• **Assignment**:
Use the entries below and reproduce exactly the lines from the one containing "#82=CYLINDRICAL_SURFACE('',#81,18.923);" down to the one containing "#89=EDGE_CURVE('',#85,#87,#88,.T.);", both of them included.

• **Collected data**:

******

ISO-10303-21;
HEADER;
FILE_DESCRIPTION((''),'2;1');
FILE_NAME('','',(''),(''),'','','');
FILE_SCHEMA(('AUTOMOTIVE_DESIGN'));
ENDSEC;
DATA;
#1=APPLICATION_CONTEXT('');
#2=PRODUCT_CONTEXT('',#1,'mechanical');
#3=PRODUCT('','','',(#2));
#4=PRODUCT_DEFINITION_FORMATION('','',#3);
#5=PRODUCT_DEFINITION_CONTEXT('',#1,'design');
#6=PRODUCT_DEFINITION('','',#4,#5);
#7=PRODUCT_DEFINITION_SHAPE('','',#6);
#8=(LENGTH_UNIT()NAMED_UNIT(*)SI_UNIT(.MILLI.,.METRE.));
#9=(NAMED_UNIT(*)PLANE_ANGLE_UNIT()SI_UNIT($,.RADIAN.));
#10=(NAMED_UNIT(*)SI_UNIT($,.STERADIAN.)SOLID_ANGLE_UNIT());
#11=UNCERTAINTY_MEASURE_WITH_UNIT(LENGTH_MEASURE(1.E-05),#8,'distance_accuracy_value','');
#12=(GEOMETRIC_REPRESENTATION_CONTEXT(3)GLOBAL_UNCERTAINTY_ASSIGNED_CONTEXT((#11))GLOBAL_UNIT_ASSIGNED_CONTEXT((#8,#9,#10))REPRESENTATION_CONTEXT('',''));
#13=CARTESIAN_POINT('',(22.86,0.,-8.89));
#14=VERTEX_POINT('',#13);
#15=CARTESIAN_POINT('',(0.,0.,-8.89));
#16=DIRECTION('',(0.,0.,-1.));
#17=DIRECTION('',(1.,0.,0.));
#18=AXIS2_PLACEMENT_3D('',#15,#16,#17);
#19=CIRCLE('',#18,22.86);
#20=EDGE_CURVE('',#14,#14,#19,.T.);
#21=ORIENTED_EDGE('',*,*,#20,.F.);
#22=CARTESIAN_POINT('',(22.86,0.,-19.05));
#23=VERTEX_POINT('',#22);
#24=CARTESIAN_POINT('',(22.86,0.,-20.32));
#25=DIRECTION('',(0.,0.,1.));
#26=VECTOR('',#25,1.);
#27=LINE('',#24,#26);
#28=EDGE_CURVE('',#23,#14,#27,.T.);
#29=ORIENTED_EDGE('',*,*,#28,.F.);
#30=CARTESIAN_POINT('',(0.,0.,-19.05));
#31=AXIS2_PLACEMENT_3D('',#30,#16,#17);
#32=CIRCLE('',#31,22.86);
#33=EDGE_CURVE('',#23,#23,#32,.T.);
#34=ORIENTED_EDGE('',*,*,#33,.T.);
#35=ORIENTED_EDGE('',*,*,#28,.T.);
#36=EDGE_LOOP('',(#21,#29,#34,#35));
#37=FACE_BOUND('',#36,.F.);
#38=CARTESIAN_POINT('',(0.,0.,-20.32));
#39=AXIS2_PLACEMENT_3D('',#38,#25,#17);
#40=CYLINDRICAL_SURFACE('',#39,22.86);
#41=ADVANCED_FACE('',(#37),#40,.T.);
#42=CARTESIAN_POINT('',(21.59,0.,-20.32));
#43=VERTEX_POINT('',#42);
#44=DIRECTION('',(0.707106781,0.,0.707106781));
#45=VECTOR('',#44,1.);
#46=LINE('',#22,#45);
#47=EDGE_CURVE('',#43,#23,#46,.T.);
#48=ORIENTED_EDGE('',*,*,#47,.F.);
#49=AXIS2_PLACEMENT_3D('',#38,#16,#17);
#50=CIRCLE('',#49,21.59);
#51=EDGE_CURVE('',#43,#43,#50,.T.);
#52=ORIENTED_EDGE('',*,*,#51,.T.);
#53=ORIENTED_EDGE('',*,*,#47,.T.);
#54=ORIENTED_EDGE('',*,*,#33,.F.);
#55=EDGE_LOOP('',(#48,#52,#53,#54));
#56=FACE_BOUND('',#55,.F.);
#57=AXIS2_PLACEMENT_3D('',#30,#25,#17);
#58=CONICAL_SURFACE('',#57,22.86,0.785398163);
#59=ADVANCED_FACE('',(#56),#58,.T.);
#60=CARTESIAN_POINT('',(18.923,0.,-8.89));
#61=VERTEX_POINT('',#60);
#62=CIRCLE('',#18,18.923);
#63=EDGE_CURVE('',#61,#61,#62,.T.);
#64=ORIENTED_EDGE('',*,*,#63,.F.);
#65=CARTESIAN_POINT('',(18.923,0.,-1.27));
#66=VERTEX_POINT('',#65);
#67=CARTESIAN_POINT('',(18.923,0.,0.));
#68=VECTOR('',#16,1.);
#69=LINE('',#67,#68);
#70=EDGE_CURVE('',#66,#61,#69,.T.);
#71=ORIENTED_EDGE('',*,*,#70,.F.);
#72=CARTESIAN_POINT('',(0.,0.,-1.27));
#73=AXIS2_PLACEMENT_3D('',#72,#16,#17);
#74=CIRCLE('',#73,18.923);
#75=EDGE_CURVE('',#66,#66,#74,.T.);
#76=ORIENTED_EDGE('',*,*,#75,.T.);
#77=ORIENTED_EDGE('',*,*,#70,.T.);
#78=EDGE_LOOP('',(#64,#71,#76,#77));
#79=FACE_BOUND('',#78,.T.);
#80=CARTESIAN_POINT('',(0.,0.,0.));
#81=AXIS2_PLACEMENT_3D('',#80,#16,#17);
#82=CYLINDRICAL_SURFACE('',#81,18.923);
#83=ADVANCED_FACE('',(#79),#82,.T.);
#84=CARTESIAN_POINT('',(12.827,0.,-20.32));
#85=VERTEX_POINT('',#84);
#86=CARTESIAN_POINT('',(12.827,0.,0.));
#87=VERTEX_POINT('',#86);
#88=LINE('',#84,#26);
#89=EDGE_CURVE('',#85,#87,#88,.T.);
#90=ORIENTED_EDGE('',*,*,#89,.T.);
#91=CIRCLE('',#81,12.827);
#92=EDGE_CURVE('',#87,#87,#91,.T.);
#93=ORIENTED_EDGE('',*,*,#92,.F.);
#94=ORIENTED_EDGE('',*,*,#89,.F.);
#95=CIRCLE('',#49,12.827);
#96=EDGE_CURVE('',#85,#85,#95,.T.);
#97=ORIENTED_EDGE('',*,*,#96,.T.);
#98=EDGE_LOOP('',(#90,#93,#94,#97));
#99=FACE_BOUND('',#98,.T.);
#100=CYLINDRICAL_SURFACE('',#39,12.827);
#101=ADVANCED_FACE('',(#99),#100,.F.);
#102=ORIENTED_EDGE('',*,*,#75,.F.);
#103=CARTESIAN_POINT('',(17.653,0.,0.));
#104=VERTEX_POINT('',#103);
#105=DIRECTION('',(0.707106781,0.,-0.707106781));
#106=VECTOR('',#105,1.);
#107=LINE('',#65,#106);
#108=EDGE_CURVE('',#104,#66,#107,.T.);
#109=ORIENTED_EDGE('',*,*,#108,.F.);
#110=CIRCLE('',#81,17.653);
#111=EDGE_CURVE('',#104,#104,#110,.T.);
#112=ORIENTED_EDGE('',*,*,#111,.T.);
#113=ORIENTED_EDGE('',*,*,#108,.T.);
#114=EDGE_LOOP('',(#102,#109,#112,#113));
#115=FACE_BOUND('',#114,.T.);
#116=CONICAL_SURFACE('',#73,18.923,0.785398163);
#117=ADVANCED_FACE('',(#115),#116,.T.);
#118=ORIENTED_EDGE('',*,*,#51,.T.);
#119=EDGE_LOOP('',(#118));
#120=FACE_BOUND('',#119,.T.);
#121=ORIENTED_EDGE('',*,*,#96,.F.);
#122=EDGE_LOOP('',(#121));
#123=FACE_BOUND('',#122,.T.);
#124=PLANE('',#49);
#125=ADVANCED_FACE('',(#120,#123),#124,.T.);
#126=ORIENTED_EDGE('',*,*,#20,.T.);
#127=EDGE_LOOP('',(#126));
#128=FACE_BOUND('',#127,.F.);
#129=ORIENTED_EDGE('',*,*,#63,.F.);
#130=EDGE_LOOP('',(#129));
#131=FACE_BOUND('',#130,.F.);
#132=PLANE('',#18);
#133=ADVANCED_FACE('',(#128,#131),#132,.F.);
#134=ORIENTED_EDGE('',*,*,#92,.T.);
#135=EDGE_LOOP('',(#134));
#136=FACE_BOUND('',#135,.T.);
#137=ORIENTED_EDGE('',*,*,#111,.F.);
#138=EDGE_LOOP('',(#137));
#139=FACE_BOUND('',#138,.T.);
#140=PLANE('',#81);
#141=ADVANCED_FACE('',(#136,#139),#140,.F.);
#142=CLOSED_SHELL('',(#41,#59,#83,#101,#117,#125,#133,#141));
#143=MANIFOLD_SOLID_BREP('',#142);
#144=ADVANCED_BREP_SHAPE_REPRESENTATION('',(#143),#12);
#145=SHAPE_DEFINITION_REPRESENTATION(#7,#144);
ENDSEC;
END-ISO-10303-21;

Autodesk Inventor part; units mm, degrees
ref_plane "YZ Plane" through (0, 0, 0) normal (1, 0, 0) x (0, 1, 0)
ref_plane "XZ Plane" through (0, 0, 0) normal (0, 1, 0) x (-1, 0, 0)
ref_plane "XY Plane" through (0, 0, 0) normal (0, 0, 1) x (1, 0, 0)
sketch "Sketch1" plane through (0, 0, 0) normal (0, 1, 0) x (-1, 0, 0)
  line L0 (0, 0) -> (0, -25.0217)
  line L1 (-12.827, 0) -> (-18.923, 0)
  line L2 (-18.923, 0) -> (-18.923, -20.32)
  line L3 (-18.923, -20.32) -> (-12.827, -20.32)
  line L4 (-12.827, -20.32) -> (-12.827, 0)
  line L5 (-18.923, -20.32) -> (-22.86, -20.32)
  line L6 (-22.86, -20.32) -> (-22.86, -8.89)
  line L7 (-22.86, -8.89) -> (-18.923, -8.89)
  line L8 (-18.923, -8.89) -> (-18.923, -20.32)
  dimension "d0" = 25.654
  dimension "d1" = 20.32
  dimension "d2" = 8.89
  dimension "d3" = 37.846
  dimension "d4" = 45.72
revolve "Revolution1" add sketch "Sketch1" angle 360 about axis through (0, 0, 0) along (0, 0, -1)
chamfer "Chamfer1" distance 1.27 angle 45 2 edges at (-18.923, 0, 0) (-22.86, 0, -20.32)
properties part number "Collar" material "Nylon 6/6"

******

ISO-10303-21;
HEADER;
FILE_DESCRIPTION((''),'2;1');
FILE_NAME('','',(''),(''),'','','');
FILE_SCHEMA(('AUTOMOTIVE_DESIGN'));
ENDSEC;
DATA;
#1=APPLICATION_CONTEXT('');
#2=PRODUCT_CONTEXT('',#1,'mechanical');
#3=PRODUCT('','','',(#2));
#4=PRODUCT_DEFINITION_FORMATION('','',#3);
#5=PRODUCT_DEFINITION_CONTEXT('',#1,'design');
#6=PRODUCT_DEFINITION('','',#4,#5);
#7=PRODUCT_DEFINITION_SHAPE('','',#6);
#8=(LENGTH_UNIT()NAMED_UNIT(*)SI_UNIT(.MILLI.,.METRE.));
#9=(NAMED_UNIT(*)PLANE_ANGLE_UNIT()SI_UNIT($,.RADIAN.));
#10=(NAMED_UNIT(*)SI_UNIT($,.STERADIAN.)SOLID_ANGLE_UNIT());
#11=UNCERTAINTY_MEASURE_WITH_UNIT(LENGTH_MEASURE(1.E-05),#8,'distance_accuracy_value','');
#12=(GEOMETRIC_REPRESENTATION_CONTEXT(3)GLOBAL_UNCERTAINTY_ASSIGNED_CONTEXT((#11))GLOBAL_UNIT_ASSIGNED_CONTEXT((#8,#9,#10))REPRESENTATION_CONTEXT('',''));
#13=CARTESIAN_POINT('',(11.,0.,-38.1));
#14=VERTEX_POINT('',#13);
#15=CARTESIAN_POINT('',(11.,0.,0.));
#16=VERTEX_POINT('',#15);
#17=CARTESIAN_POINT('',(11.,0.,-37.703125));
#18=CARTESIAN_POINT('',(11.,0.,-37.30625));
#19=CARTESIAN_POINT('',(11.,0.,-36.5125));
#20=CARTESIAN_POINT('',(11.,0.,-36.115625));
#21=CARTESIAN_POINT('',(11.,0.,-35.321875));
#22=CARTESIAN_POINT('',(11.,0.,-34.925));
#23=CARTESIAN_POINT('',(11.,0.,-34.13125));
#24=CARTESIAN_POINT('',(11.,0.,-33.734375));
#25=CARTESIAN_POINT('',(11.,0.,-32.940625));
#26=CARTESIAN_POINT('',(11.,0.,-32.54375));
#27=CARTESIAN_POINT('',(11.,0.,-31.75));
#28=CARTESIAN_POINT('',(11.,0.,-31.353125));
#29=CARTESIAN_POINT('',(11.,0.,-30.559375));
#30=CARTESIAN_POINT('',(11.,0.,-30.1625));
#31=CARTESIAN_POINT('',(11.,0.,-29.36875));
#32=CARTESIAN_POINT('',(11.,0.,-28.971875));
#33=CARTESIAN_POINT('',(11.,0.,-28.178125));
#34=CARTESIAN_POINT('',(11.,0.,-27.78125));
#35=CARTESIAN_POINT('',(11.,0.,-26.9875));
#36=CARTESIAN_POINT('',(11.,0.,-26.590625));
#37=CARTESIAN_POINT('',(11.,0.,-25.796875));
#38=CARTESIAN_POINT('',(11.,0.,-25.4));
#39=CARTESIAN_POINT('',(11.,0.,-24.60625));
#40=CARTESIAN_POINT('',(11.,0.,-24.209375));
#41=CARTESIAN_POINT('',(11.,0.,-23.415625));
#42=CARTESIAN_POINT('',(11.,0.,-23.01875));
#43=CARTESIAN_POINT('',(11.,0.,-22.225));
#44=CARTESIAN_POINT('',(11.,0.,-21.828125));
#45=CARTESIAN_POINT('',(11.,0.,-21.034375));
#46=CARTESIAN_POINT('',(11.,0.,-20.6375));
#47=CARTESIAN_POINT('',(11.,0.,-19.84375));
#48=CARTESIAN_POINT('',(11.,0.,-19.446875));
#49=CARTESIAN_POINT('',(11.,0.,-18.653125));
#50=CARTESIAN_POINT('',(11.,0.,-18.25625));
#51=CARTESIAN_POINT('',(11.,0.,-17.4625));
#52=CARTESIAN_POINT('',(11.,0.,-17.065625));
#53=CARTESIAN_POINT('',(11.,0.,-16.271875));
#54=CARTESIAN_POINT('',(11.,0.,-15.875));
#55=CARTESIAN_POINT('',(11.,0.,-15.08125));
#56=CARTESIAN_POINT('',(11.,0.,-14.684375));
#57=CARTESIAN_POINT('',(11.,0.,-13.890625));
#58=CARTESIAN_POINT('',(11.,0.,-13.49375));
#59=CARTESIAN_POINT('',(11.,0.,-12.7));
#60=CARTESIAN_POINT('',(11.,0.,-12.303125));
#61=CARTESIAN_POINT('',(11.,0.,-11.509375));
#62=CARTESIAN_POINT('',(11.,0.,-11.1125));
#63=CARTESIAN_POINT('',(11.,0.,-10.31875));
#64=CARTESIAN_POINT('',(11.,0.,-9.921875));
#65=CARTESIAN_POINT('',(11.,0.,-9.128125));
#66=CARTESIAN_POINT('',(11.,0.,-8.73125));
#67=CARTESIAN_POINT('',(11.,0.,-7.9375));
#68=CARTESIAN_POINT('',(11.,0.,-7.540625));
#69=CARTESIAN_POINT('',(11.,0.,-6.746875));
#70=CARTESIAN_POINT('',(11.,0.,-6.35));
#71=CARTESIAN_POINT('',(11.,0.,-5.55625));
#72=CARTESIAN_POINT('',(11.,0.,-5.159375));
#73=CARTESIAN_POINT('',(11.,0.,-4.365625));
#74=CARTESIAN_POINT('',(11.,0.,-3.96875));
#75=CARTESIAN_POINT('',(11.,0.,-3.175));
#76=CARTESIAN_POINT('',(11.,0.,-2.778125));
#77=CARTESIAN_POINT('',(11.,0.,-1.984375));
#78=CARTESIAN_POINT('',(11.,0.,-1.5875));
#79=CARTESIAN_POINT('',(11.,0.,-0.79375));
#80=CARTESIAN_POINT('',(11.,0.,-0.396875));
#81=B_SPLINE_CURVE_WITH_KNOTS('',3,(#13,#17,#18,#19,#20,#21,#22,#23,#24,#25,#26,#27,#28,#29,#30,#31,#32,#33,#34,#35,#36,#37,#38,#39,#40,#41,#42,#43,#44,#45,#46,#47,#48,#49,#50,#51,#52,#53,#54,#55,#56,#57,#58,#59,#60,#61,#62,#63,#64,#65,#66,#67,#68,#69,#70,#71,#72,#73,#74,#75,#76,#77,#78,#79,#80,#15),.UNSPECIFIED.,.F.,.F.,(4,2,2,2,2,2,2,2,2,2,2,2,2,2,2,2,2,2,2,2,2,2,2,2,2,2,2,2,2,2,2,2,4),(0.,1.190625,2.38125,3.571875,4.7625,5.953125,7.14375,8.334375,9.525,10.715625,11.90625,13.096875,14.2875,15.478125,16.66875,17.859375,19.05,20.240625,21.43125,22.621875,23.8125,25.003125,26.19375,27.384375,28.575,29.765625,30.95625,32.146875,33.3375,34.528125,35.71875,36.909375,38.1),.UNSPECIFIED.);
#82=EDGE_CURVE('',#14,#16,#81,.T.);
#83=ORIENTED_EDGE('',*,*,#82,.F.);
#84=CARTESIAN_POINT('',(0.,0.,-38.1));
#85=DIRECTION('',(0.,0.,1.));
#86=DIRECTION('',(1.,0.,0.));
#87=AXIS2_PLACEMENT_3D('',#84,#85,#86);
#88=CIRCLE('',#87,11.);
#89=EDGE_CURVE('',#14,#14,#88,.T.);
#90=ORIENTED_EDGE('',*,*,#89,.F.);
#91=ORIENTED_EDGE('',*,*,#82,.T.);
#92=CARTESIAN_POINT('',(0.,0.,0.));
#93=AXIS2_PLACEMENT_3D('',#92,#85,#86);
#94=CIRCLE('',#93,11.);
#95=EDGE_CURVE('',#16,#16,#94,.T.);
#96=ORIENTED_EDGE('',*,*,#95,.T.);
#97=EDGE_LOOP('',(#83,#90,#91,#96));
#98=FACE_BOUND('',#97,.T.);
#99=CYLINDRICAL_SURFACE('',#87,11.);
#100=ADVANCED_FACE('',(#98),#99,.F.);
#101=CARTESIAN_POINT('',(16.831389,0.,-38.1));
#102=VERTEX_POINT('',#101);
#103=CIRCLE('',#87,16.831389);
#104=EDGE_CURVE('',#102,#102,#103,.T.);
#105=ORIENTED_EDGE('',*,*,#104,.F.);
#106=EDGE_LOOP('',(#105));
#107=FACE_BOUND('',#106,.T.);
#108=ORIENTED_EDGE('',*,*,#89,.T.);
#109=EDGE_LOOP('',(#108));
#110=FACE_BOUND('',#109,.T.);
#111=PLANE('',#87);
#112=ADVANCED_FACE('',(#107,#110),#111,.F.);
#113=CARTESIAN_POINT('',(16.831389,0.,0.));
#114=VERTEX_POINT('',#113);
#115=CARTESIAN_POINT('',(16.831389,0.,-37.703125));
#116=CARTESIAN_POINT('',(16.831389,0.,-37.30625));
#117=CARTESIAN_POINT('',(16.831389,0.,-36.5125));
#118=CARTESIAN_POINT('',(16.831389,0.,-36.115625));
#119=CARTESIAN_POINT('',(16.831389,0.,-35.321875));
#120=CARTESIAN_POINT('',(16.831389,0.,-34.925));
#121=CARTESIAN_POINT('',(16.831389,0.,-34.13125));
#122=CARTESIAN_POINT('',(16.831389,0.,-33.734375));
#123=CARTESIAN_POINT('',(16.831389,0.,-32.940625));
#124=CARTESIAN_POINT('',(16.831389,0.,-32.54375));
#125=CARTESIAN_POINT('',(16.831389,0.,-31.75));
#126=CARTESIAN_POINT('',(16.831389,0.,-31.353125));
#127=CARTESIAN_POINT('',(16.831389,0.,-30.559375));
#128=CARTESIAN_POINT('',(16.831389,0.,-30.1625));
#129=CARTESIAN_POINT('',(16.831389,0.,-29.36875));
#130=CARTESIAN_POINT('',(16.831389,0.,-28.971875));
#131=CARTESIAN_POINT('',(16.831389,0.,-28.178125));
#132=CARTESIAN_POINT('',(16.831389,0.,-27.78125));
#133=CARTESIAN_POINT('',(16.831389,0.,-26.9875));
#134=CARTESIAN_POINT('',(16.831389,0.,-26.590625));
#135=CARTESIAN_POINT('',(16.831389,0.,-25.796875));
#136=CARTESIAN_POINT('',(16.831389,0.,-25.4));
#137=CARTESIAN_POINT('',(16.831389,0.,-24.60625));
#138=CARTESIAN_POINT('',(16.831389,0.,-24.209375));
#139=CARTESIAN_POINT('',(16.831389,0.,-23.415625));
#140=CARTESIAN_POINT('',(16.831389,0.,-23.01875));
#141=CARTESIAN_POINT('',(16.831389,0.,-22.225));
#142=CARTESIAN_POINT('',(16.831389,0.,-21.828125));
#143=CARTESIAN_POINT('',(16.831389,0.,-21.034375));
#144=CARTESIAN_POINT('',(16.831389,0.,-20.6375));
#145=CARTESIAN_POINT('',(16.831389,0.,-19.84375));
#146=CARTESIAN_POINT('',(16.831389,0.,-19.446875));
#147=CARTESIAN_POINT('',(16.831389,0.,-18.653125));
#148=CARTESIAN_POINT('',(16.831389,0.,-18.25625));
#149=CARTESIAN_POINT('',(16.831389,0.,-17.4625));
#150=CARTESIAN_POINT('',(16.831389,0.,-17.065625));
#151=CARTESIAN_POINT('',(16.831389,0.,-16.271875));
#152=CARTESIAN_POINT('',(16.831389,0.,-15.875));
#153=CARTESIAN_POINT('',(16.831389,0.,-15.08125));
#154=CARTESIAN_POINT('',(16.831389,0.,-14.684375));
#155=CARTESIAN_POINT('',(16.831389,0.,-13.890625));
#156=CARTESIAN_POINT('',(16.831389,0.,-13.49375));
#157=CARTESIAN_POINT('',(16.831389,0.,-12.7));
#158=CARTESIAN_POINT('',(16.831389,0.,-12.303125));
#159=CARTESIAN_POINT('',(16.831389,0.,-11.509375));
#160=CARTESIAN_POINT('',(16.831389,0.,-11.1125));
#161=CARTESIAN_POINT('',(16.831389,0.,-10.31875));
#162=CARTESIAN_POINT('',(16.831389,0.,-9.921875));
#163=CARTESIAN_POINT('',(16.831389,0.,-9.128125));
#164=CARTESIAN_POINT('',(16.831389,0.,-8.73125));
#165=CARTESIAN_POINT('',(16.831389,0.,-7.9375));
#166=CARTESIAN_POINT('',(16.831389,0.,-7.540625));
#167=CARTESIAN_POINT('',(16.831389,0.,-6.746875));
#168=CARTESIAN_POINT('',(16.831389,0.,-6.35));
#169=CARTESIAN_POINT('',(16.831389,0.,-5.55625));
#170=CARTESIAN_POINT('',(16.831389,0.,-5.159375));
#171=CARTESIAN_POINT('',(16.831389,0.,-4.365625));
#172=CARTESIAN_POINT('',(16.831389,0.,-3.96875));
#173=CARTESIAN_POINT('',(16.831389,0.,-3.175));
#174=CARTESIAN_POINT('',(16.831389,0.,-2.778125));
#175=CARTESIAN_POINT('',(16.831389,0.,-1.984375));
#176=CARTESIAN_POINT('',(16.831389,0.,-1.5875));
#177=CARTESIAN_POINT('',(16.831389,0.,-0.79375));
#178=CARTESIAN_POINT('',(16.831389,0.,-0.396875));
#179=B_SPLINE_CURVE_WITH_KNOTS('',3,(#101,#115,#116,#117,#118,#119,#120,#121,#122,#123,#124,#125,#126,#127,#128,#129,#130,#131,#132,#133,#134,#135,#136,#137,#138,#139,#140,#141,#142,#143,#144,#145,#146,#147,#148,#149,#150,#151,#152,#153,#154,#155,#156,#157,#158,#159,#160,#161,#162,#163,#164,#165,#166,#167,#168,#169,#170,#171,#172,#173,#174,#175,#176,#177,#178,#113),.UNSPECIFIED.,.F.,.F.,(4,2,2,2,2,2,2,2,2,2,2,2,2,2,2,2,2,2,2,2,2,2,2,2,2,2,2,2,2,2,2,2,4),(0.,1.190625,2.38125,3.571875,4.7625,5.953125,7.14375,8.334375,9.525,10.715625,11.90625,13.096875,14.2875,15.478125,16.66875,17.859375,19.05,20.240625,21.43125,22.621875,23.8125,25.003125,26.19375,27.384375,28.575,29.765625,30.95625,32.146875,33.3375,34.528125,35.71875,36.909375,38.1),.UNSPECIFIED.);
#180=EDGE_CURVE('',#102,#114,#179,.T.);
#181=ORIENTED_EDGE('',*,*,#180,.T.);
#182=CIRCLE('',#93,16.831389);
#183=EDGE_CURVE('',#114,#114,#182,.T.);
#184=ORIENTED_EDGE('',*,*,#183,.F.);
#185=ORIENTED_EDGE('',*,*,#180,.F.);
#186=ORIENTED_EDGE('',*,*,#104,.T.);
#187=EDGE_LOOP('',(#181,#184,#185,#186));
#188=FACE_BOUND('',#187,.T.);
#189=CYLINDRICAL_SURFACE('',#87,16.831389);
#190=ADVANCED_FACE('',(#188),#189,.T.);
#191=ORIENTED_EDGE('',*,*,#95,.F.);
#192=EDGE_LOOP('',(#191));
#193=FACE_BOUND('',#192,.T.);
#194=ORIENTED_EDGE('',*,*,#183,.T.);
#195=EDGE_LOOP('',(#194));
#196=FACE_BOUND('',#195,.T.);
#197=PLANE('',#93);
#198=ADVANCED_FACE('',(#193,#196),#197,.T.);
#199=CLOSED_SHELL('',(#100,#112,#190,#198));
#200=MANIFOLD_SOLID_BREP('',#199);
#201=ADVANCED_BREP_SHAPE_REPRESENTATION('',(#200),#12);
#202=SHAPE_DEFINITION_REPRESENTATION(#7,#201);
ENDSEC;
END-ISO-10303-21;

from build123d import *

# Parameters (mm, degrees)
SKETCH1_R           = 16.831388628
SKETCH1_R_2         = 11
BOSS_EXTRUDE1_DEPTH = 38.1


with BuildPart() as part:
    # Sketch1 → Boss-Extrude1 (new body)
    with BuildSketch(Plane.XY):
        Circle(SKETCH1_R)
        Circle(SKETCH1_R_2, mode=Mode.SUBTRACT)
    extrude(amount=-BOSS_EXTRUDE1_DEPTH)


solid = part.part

******

• **Result**:
#82=CYLINDRICAL_SURFACE('',#81,18.923);
#83=ADVANCED_FACE('',(#79),#82,.T.);
#84=CARTESIAN_POINT('',(12.827,0.,-20.32));
#85=VERTEX_POINT('',#84);
#86=CARTESIAN_POINT('',(12.827,0.,0.));
#87=VERTEX_POINT('',#86);
#88=LINE('',#84,#26);
#89=EDGE_CURVE('',#85,#87,#88,.T.);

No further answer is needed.